Thomas Ross, senior defense and intelligence advisor Harry Reid, Senate majority leader, said that his boss has been trying to get the Senate more focused on cyber issues for the past three or four years. The Senator tried to bring together the eight different committees that affect cyber and steer those committees to pass comprehensive cybersecurity legislation. But the effort faces significant challenges. “There’s no real legislative or legal framework governing what our government does in the realm of cybersecurity. There are some piecemeal laws, but no baseline framework for what we’re trying to do,” Ross stated.
“Information sharing is one of the important components of that legislation,” Ross said. He added that more than 100 existing laws block the free flow of cyber threat information between government and the private sector and that government has been working on creating an authoritative body to clear up for everyone what can or cannot be shared and under what circumstances information can be shared.
Ross also mentioned a widening gap between the haves and have-nots in the private-sector cyber arena. Larger companies, he said, can do great things with the information while smaller companies may not have the resources or expertise to act on the information.
Verne Boyle, director of technology and engineering at Northrop Grumman’s Cyber Solutions Division, referred to the critical infrastructure as a “high-profile battleground,” and suggested that some challenges regarding information sharing have not yet been addressed, including “speed and scale” of the information sharing problem, which cannot keep up with the threat. He mentioned polymorphic, or constantly changing malware, saying that more than 500,000 new samples appear each year.

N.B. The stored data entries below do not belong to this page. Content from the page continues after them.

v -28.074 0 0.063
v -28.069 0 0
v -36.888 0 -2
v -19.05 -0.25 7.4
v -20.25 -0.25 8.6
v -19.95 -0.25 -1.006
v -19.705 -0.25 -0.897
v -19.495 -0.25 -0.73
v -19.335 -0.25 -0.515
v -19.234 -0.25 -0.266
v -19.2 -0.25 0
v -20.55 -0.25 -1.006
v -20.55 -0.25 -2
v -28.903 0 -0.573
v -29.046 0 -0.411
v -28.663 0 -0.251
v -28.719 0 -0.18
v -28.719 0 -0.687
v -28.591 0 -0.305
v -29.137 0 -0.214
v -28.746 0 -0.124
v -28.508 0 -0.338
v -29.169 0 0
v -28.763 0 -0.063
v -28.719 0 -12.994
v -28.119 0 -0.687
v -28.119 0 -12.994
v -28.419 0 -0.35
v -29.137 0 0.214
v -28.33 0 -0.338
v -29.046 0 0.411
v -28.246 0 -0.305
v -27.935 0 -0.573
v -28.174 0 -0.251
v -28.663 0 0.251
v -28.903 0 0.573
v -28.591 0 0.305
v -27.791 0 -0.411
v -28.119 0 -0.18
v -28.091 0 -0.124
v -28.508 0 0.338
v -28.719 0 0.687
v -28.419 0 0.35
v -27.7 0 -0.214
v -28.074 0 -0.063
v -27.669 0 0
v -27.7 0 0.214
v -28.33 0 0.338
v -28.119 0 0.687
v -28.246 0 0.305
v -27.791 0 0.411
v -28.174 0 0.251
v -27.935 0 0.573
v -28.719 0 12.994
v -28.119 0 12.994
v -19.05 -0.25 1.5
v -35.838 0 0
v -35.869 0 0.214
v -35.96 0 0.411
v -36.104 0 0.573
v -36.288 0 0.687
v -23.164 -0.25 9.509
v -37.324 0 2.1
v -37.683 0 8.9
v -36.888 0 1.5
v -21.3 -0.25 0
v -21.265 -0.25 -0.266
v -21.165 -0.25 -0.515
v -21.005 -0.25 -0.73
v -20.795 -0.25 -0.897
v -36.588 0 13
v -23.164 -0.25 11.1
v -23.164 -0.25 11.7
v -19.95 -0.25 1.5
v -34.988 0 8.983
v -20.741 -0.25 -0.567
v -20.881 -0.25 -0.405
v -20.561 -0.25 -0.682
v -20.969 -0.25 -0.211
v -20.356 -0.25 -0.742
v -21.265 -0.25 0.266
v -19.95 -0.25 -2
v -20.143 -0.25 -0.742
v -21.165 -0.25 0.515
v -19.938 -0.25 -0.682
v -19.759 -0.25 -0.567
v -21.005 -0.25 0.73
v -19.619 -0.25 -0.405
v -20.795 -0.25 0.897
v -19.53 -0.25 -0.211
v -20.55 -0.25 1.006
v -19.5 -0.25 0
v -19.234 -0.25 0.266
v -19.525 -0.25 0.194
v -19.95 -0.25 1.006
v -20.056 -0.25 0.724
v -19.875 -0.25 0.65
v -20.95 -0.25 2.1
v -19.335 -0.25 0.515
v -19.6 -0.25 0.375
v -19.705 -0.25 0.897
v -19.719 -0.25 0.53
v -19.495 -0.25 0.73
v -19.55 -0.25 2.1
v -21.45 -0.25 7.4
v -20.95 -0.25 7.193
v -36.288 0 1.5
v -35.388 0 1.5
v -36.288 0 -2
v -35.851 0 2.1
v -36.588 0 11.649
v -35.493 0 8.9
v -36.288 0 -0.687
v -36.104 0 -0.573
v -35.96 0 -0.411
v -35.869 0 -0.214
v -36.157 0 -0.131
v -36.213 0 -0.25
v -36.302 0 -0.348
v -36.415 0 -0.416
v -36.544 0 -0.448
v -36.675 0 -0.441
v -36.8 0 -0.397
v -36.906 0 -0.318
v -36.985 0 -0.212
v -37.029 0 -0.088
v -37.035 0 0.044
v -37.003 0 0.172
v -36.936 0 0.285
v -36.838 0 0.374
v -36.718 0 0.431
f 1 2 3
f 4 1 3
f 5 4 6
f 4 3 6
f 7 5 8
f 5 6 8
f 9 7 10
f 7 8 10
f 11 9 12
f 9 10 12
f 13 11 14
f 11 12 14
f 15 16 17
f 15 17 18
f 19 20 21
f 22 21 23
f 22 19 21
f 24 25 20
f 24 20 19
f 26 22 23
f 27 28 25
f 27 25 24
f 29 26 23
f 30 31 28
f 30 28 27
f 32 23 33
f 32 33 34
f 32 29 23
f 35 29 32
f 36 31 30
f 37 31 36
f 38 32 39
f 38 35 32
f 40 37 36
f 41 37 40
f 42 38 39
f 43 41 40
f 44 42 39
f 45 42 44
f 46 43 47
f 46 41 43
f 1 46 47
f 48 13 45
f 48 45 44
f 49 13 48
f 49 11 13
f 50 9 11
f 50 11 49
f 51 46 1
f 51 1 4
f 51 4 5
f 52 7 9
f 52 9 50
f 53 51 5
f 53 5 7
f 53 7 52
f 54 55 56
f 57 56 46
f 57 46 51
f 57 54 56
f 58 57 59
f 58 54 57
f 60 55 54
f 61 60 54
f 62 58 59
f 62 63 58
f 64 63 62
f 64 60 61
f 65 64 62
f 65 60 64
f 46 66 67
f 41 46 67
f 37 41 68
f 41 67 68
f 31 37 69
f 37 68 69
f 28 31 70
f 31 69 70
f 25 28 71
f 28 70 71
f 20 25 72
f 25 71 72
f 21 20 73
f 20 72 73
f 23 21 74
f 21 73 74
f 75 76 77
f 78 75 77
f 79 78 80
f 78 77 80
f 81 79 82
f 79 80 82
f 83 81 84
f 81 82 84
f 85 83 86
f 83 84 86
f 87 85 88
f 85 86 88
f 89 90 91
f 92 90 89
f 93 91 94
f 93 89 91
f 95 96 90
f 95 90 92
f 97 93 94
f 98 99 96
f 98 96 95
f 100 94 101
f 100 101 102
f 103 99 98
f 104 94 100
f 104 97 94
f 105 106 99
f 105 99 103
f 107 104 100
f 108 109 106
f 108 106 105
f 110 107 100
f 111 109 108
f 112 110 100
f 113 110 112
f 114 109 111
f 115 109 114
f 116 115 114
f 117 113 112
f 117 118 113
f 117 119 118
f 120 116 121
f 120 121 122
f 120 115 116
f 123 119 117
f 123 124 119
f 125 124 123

Additionally, the command and control domain changes by the minute, meaning adversaries get to dwell on the networks for several hundred days at a time. “The cause of that is automation. The adversary has found a way to fully deploy automation as a part of their architecture, so when I think of information sharing, I think of solutions that remove people from the center of the information sharing architecture. It will be difficult, if not impossible to defeat that automation with only people, so the speed and scale is significant,” Boyle said.